「偽装ラブホ根絶!」のはずが…改正風営法は抜け道だらけ? 産経新聞 2011/01/10 13:22
「裸のおじさん」に車、ビラ…困惑する住民
「今日、裸のおじさんを見たよ」
数年前、大阪市西区のとある小学校で、児童がとんでもない光景に出くわした。
小学校前の約6メートル幅の道路を挟んだ向かい側に建っていたのは「ラブホテル」。おじさんは学校にいた児童らに向かって建物から手を振っていたという。
風営法は商業地域以外の区域や学校、図書館などの保護対象施設から200mの範囲内で、ラブホの営業を禁止している。
禁止地域には昭和59年の改正風営法施行前に建てられ、既得権で営業しているラブホもあるが、実際はラブホと大して変わらない外観や設備を備えているにもかかわらず、同法の規制を受けない「偽装ラブホ」が野放しとなっていた。

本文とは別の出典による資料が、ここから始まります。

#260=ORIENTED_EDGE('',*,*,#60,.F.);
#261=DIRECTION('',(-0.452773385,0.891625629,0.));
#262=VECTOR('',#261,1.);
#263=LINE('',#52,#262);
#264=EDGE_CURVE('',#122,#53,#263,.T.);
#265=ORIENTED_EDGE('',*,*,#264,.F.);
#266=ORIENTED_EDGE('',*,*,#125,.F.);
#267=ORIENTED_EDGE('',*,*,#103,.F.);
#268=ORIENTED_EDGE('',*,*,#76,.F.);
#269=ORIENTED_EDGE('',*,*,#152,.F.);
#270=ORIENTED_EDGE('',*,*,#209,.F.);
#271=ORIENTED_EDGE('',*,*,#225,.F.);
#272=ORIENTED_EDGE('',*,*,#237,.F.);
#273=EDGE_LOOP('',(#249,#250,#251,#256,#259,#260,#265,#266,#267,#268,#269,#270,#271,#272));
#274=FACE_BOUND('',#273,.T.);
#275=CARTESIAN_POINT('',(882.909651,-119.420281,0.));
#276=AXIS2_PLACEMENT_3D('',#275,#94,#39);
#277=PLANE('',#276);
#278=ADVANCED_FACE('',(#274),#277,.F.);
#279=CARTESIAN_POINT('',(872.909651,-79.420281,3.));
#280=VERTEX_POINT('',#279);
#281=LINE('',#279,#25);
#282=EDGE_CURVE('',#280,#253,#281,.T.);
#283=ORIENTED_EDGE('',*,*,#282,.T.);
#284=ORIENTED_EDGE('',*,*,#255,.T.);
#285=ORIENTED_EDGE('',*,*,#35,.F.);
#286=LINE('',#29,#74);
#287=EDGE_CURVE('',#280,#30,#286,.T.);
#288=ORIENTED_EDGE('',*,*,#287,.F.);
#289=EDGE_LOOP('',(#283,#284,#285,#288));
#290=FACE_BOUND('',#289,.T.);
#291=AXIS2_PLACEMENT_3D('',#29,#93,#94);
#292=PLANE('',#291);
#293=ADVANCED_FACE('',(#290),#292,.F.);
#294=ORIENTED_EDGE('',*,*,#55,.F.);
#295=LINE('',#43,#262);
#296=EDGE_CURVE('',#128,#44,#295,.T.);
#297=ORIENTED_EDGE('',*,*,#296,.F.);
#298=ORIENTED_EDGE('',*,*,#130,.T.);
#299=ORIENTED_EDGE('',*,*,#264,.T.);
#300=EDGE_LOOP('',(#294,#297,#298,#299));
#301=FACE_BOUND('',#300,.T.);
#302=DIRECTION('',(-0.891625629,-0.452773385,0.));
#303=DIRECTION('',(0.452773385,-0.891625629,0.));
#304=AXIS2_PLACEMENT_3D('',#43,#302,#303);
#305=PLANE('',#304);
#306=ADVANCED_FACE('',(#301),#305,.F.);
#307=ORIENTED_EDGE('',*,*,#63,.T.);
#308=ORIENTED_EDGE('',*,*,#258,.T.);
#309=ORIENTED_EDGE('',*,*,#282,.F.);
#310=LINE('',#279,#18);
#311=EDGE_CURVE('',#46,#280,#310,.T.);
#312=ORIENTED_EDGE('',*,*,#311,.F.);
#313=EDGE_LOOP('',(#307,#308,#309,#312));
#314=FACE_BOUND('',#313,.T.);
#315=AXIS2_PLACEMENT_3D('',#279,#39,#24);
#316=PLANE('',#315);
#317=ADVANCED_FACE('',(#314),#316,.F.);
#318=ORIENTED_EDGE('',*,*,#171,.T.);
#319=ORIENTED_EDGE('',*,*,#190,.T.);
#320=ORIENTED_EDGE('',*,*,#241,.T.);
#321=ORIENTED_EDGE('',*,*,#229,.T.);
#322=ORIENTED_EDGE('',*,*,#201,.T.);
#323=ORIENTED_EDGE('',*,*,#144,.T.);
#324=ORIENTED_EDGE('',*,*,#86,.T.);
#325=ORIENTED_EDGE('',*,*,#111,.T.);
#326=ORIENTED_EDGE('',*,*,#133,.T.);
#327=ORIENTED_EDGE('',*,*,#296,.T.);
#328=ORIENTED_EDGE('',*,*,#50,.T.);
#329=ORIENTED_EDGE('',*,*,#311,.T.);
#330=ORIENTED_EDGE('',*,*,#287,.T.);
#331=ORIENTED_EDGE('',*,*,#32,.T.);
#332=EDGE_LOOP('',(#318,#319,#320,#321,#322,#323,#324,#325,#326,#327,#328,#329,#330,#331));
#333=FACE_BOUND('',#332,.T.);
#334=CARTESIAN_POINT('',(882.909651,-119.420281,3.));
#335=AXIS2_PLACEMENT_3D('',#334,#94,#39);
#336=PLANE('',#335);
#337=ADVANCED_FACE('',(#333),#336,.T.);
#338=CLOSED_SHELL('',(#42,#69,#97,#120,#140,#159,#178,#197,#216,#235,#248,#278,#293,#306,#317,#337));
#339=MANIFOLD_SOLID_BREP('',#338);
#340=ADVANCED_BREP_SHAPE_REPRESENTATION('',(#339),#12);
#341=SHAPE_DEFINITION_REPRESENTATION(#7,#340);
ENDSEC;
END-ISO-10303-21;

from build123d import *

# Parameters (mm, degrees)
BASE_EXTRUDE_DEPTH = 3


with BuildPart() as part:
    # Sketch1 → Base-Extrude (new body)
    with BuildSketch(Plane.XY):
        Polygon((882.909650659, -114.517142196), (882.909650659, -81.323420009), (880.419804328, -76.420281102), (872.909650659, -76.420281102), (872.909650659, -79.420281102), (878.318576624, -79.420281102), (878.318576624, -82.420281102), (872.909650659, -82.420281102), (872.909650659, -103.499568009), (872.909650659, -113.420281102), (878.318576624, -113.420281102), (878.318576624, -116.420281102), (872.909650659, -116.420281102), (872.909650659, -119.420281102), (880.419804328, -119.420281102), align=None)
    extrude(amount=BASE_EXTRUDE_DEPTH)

偽装ラブホ周辺では「裸のおじさん」以外にも、さまざまな子供への影響がある。建物から急いで出ようと急発進した車にひかれそうになったり、下校途中にピンクビラを拾い、両親に「これなあに?」と無垢(むく)な表情で尋ねたり…。
NPO法人「全国偽装ラブホテルをなくす会」(神戸市東灘区)には、全国各地から日々、さまざまな相談が舞い込んでくる。
兵庫県明石市で、自宅の真裏に偽装ラブホが建ったとの相談を寄せた住人もいた。自宅のベランダと偽装ラブホのベランダが接近しているという。
「子供に見せたくないものを見せてしまうかもしれない」
この住人は苦悩の末、築10年に満たない家を手放し、引越しを余儀なくされた。